Секрет нынешней изощренности – сумма усилий последнего тысячелетия, большую часть которого китайцы гнались не за прогрессом, а за радостями жизни. Кулинария всегда стояла вровень с живописью, поэзией и философией. Всему этому присуща общая черта – блеклая стертость и банальная невыразительность. Стихи Ван Вэя, афоризмы Конфуция, пейзажи Ни Цзяна отличают упрятанные под простотой ум и красота, которые профану кажутся пресными, а знатоку – беспредельными.

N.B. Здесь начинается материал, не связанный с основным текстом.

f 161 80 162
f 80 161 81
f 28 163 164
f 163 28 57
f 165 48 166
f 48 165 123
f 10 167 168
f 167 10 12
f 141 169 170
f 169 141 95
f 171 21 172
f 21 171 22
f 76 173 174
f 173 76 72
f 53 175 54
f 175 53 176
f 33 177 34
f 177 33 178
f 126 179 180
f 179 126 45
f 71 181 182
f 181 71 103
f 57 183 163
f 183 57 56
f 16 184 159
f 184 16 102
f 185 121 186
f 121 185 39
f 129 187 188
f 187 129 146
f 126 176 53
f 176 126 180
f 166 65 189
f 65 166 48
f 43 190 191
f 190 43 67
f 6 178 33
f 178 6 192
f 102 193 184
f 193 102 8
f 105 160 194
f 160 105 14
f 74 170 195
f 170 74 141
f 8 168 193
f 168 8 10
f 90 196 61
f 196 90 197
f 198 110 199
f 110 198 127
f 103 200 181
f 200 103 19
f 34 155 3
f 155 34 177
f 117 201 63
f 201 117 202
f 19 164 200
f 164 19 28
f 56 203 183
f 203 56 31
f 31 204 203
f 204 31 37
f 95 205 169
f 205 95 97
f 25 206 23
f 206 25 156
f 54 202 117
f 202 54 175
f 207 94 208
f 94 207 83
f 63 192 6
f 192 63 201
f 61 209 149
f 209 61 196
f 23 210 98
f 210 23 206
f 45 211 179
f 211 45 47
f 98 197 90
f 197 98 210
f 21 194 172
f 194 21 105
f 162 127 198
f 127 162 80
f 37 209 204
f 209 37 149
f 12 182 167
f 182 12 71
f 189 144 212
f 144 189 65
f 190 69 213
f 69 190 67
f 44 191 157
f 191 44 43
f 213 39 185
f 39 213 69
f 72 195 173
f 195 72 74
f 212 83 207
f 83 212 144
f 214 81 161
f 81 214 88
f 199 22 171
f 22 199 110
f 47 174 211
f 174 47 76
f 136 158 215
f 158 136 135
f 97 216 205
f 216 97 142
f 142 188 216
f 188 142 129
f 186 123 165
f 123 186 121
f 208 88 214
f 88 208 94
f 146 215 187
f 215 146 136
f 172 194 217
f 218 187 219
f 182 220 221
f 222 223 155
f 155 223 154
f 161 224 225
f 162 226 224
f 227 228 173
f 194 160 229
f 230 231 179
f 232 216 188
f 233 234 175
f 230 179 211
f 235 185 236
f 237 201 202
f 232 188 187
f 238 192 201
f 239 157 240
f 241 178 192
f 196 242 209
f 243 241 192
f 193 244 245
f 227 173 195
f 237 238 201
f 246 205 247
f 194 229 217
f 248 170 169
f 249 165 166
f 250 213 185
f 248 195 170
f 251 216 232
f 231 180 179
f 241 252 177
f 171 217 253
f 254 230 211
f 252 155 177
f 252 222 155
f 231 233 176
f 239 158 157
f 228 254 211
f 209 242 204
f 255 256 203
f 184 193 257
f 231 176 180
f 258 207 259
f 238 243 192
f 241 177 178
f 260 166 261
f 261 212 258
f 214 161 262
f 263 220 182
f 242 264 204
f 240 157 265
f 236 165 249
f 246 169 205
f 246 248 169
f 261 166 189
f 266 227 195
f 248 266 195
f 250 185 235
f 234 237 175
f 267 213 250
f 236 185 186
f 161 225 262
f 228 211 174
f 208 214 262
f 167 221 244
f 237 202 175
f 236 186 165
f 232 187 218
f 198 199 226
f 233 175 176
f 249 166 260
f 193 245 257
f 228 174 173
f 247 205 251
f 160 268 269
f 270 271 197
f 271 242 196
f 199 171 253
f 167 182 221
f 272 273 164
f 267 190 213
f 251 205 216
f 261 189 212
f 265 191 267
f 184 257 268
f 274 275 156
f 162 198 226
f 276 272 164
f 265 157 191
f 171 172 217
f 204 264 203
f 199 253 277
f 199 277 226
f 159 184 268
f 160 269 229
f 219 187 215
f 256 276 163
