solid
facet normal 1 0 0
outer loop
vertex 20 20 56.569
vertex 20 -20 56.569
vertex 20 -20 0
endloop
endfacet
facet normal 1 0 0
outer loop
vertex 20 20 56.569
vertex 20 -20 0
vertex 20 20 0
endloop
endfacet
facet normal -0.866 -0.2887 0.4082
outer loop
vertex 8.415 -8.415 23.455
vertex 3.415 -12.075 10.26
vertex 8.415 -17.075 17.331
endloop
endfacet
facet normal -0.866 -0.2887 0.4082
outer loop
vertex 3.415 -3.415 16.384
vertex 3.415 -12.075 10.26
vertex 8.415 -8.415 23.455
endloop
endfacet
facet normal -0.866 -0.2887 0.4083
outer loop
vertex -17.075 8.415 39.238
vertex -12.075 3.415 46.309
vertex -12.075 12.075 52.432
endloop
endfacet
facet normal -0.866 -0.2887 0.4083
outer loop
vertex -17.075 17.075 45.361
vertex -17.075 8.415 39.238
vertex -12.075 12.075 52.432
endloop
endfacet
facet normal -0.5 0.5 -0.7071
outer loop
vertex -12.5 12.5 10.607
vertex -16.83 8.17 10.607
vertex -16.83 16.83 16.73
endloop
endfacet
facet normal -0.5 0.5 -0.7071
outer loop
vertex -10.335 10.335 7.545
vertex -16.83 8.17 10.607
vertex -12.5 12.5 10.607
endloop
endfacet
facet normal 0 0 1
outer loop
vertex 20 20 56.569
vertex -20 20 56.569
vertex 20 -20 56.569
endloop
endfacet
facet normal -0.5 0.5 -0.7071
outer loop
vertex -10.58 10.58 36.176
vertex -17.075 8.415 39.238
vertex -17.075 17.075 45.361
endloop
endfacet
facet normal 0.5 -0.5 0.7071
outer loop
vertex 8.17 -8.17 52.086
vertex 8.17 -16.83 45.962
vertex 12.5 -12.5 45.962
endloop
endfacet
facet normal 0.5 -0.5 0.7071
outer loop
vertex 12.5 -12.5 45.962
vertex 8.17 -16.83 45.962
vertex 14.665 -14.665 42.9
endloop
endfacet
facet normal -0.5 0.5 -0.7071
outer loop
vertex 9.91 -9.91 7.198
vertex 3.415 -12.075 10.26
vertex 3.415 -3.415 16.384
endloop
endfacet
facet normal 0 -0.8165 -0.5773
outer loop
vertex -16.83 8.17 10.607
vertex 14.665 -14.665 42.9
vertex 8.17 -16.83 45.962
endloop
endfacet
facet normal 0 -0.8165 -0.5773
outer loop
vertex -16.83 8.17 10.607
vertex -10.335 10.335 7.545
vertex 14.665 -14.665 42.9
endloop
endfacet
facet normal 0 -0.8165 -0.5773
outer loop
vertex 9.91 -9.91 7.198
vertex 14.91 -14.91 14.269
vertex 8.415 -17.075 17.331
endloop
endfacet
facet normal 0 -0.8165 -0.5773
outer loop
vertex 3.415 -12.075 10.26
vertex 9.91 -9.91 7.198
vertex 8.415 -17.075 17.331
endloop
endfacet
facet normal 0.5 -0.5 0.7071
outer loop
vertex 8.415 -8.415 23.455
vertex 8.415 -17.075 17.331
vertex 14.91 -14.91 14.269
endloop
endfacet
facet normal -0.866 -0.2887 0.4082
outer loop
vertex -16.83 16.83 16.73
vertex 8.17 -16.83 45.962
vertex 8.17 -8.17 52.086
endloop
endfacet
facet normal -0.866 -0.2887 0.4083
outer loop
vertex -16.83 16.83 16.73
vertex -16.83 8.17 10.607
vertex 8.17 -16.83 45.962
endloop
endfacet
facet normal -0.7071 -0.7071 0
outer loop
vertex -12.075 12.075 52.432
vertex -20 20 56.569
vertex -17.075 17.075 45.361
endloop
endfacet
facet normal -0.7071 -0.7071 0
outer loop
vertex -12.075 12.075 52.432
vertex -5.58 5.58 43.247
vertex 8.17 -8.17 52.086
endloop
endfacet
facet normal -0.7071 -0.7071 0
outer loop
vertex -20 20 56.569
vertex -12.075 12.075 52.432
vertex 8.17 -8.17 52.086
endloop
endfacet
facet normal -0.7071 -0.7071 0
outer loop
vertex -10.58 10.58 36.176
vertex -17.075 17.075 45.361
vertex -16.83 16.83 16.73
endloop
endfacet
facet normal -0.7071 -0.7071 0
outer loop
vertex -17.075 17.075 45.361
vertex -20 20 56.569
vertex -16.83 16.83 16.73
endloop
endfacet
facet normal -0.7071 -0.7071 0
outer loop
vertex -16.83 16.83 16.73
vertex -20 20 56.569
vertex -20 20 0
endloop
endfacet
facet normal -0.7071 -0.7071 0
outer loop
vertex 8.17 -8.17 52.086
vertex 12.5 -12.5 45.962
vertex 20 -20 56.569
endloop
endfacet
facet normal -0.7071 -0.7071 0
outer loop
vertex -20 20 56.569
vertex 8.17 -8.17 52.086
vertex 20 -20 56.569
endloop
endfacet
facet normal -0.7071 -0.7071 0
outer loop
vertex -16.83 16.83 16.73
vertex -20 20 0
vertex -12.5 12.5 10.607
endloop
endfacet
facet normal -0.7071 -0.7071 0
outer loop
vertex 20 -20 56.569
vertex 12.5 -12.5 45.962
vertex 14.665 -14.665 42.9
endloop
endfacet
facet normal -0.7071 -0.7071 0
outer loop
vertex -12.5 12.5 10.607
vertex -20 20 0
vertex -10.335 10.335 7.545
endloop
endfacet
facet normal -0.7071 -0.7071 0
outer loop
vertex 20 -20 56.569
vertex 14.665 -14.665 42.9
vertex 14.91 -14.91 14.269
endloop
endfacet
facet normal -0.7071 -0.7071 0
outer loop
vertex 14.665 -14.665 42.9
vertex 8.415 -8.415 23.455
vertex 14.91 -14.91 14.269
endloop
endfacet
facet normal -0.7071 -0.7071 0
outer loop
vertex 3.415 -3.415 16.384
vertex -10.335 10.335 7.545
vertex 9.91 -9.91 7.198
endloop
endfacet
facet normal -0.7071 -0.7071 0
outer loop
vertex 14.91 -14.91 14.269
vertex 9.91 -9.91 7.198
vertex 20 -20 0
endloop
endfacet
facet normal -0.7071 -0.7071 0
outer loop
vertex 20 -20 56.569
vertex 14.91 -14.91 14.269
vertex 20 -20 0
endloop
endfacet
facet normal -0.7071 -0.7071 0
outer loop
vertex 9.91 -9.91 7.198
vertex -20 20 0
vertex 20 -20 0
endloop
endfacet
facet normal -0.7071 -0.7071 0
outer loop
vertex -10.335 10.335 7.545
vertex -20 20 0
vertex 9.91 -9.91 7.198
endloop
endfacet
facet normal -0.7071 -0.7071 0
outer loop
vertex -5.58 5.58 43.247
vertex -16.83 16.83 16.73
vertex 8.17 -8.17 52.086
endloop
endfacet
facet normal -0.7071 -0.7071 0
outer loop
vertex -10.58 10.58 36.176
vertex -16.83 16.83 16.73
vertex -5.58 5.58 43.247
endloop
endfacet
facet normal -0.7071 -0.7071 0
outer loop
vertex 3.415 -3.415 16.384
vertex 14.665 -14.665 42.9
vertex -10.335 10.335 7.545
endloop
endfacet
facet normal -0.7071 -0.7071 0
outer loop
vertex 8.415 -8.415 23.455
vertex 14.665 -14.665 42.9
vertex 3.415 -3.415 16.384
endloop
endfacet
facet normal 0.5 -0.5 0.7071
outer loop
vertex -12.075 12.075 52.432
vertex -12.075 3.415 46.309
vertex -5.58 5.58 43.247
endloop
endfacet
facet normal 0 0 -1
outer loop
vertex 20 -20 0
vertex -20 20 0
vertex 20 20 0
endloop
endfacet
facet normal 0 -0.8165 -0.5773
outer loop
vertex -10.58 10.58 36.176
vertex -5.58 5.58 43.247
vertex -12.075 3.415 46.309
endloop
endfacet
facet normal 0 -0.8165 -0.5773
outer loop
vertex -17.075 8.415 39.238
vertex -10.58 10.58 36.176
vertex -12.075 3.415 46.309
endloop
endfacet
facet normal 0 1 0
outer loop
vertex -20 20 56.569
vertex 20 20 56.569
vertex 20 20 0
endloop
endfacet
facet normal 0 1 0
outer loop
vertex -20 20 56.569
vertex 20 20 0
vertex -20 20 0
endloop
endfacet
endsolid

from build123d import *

# Parameters (mm, degrees)
F1_DEPTH = 56.5685424949
F5_DEPTH = 5
F6_DEPTH = 25


with BuildPart() as f1:
    # F0 (on Top) → F1 (new body)
    with BuildSketch(Plane.XY):
        Polygon((20, -20), (20, 20), (-20, 20), align=None)
    extrude(amount=F1_DEPTH)

    # F4 (on face) → F5 (join, symmetric)
    with BuildSketch(Plane(origin=(10, -10, 14.1421356237), x_dir=(0.8660254038, 0.2886751346, -0.4082482905), z_dir=(-0.5, 0.5, -0.7071067812))):
        Polygon((-28.3771324027, -29.5247237874), (-28.3771324027, -40.1313255052), (-20.8771324027, -29.5247237874), align=None)
        Polygon((-4.7168783649, 3.9359283621), (-4.7168783649, -6.6706733557), (2.7831216351, 3.9359283621), align=None)
    extrude(amount=F5_DEPTH, both=True)

    # F4 (on face) → F6 (join, symmetric)
    with BuildSketch(Plane(origin=(10, -10, 14.1421356237), x_dir=(0.8660254038, 0.2886751346, -0.4082482905), z_dir=(-0.5, 0.5, -0.7071067812))):
        Polygon((-16.5470053838, -12.7943977126), (-16.5470053838, -23.4009994304), (-11.5470053838, -16.3299316186), align=None)
        Polygon((-9.0470053838, -12.7943977126), (-16.5470053838, -12.7943977126), (-11.5470053838, -16.3299316186), align=None)
    extrude(amount=F6_DEPTH, both=True)


solid = f1.part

То же можно сказать и о четырех драгоценностях китайской кухни: медвежьих лапах, грибах линчжи, акульих плавниках и ласточкиных гнездах. Я пробовал только два последних блюда (медведей жалко, а с волшебными грибами надо быть осторожными, ибо они обещают бессмертие), но по описанию они не отличаются от двух первых: никакого вкуса, никакого цвета, никакого запаха – как облако. Признав свою недостаточность, я оставил эти деликатесы, решив, что мне хватит остального, включая спасающую от морозов вареную змею, которая в супе напоминает незатейливую курицу.

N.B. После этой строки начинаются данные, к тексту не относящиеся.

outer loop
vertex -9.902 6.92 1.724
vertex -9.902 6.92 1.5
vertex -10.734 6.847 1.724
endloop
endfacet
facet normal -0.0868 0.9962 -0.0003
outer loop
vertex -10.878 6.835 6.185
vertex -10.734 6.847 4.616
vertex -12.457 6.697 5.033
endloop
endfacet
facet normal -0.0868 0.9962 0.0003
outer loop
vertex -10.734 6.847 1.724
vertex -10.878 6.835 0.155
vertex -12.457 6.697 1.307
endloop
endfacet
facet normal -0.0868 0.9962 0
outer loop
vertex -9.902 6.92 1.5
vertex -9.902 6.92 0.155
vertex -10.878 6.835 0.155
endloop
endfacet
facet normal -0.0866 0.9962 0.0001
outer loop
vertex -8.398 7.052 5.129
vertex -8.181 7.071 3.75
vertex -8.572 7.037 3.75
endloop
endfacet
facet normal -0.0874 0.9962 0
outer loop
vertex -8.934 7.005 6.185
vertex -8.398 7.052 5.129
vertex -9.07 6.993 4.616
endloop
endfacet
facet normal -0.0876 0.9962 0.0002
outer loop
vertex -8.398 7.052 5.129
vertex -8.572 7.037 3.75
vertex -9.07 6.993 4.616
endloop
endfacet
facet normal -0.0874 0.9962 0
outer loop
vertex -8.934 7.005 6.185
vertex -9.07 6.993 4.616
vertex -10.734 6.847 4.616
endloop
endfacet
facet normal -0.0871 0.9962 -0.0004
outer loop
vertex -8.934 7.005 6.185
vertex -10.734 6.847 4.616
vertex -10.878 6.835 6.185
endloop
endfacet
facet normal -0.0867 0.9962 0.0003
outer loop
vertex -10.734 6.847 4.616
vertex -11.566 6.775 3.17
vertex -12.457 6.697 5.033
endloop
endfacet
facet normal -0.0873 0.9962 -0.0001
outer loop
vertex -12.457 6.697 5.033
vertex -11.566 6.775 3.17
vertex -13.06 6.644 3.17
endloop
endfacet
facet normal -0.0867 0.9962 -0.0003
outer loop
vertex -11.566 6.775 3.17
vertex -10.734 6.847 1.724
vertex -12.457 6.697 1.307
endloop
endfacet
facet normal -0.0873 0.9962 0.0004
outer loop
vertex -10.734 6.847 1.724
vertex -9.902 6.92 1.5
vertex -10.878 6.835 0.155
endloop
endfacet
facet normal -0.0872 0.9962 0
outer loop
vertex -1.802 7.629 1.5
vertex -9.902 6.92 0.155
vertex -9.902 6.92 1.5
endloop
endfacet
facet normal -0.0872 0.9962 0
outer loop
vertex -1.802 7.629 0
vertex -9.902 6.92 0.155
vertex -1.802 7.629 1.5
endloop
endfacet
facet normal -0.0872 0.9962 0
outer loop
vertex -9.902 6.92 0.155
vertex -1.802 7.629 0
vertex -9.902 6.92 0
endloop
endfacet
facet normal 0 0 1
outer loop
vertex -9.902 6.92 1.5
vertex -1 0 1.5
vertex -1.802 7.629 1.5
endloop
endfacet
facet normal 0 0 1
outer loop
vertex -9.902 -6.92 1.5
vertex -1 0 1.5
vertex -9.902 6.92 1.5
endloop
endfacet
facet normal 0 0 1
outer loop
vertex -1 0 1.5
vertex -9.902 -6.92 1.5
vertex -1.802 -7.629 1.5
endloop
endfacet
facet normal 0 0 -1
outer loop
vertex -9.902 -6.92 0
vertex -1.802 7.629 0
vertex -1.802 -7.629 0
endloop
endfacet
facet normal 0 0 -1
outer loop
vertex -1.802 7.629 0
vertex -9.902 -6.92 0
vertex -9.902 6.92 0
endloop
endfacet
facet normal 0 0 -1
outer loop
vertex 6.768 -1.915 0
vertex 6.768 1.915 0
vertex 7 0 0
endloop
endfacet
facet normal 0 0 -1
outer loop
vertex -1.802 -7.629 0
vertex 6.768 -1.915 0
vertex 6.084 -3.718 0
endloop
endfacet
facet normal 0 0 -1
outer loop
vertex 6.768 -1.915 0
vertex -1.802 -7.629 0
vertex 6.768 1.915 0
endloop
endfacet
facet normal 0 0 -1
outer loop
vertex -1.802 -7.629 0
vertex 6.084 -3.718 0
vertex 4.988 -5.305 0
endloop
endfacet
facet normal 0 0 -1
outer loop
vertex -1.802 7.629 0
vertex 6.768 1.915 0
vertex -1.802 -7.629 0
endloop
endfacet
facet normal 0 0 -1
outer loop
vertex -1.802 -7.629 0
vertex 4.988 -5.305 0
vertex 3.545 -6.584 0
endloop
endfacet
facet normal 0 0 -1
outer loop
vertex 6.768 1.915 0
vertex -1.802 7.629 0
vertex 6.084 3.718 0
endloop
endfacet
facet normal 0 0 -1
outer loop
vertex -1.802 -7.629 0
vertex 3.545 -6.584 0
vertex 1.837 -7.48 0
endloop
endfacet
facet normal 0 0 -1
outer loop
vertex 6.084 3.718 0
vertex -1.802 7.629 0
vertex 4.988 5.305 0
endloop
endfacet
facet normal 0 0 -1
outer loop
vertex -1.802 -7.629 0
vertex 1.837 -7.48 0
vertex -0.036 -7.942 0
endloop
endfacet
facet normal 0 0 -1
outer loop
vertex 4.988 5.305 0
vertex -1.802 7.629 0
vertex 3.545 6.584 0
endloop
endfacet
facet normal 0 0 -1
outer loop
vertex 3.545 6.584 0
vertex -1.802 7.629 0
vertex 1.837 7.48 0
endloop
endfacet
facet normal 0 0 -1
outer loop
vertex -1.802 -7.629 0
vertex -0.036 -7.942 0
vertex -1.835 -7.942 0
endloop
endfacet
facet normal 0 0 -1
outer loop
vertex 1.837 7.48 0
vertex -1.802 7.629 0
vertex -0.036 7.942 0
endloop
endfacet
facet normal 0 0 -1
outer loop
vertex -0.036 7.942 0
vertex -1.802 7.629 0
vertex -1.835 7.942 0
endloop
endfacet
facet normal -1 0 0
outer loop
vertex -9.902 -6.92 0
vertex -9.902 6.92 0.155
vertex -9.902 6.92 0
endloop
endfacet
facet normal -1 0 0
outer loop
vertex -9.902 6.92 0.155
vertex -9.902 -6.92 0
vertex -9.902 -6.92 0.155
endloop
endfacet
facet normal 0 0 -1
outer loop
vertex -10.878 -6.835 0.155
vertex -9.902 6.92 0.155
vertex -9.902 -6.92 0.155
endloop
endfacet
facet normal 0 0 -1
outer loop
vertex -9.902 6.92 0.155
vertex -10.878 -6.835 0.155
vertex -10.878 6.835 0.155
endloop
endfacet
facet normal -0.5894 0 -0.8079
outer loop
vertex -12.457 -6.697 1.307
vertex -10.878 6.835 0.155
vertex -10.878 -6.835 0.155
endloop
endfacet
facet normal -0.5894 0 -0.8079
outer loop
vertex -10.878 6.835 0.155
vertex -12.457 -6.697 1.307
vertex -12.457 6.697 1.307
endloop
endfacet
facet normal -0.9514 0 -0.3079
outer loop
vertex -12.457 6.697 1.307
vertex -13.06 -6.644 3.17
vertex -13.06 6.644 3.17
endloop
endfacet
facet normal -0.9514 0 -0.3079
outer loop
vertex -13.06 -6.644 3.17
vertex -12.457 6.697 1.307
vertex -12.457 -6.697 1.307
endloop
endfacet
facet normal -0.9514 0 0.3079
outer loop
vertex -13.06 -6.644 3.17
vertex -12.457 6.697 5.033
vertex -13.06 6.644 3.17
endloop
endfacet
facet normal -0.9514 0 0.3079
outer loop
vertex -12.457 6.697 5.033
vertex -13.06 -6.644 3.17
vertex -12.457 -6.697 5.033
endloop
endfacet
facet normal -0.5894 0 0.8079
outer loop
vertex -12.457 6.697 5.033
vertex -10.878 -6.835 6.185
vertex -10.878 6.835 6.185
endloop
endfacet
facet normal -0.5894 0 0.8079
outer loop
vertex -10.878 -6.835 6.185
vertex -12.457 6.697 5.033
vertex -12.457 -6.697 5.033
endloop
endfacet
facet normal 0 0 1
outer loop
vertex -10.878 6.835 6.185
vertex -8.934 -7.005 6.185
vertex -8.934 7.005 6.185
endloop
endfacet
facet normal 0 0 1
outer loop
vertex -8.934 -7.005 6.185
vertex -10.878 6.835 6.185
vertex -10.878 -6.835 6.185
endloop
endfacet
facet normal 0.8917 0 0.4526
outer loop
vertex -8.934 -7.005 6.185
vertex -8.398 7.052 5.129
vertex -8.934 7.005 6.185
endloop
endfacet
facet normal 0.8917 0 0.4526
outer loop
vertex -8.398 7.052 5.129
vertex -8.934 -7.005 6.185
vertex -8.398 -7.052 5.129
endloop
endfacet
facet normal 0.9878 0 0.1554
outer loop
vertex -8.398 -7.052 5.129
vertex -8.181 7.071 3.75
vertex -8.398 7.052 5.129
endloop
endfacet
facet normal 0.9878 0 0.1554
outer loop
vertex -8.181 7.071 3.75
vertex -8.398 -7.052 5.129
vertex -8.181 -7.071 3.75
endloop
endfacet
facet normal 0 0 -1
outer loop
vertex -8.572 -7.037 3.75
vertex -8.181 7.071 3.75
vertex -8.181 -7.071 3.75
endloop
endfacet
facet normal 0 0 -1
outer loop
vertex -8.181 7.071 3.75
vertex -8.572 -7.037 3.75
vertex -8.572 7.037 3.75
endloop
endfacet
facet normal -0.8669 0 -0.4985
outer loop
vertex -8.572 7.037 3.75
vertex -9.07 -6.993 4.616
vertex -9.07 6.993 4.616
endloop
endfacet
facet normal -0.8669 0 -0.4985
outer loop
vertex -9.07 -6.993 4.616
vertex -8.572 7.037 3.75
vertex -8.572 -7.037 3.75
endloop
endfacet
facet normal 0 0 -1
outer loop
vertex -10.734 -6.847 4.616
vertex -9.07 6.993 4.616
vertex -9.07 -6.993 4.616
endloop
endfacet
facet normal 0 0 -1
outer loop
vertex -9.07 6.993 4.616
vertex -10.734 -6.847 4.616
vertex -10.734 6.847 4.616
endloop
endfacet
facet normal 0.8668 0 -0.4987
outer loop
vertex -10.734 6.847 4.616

Не зная религиозных запретов и постов, китайцы ели, как поется в русской песне, всё, “что движется и не движется”, – любую фауну и флору. При этом из зверей им больше всего нравится свинина, из рыб – карпы, среди птиц – утки, еще и за то, что они понимают дисциплину и ходят строем.
Долгое время исключением из китайской всеядности считалось коровье молоко. По убеждению древних, оно прямо и быстро вело к безумию. Я еще застал в Китае обычай добавлять в кофе соевое молоко, отчего тот сильно отдавал гороховым супом. Однако похоронив Мао и открыв Запад, новое поколение приспособилось к молоку, рокфору и даже сметане.

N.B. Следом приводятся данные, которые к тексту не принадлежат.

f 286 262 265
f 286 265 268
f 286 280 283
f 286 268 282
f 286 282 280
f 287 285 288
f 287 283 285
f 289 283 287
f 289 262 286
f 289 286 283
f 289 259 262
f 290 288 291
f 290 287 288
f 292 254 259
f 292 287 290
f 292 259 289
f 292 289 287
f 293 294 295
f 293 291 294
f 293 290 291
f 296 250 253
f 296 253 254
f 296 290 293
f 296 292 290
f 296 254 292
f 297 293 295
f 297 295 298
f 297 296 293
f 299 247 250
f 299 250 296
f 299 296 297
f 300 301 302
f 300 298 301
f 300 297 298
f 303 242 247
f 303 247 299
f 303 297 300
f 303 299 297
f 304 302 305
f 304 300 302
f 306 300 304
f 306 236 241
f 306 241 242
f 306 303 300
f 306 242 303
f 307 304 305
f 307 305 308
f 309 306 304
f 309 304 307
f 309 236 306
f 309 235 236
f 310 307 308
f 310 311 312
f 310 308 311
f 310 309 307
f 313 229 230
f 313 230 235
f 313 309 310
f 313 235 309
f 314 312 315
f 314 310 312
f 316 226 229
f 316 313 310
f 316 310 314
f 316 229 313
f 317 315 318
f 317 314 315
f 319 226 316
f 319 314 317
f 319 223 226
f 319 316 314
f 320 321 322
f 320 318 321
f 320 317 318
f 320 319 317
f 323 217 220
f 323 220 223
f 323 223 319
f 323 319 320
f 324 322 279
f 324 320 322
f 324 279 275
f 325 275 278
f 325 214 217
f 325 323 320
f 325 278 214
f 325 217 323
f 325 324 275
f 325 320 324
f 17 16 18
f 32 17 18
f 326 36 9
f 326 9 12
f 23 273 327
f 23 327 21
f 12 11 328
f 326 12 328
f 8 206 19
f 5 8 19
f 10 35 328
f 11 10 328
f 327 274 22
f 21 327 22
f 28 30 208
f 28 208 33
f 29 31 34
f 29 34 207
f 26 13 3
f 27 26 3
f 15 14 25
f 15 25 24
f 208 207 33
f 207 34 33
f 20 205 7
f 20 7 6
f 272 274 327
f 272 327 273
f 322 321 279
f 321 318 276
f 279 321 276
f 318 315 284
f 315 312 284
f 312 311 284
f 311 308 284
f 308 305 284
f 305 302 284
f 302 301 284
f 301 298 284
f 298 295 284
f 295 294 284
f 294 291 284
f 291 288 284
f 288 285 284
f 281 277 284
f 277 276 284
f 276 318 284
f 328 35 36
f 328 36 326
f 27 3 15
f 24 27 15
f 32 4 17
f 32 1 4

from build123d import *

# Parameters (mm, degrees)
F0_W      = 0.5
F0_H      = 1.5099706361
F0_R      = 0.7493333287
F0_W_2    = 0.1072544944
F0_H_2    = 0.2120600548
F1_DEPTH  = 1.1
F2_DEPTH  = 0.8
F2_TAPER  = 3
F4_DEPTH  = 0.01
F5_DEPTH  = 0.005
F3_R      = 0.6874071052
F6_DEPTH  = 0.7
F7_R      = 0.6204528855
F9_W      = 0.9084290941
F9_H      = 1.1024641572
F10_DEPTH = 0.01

Другое дело, что китайская кухня не нуждается в новаторстве. Накопленного хватит на две цивилизации – и свою, и нашу.
Китайский стол первым из пришельцев заворожил Запад, который веками не устает восхищаться столь радикальной альтернативой нашим вкусам. Эта кухня не растворилась в чужом окружении, а осталась собой, заставив всех к себе приспосабливаться – например, есть палочками.
Завоевав мир, китайская кулинария, конечно, перестала быть секретом, но тайна ее еще не разгадана. Как всё, что лежит на поверхности, она позволяет в себя углубиться лишь тем, кто готов к этому.
Для начала неплохо было бы научиться не готовить, а заказывать. А то в китайской фанзе на московском бульваре нам принесли водку, дамплинги, соленые огурцы и фаршированную рыбу. Сидя за столом, я не верю в брак Востока с Западом. Настоящее китайское меню, как пекинская опера, – самодостаточный опыт тотального переживания. Обед должен составлять букет, взывающий ко всем нашим чувствам, не исключая слуха. (Для этого к креветочному супу подают раскаленный рис, который трещит в пиале, словно новогодняя пиротехника.)
Чтобы насладиться китайской кухней, мы должны видеть в ней антитезу всему, к чему привыкли. Западная культура выросла из агона, подразумевающего борьбу противоположностей: за протертым супом следует острое жаркое. Китайцы, избегая соперничества и в спорте (Конфуций признавал только стрельбу из лука, где ты сам виноват в промахе), всегда стремились к гармонии, даже в пределах одной тарелки.
Так, считая человека не отдельной особью, а соединением мужчины с женщиной, китайцы и в еде строго следят за равноправием полов. Поэтому, скажем, рис нельзя поливать соевым соусом: и тот, и другой представляет мужское начало ян. Каждое добравшееся до стола блюдо не считается законченным, пока в нем не соберутся все пять вкусовых ощущений – острое, кислое, соленое, горькое и сладкое. И, конечно, всякому обеду сопутствует лишь та беседа, которая не отрывает наших мыслей от высокого и вкусного.
Впервые я пытался овладеть этой долгой наукой, когда попал в Пекин эпохи зрелого, а значит неаппетитного социализма. Гармонией там, честно говоря, не пахло. В банкетном зале, где, по слухам, кормилось политбюро, официантки ходили в драных халатах. Пекинскую утку подавали на фабрике-кухне – холодной. Бесценный юннаньский чай ссыпали в газетный кулек, воняющий типографской краской.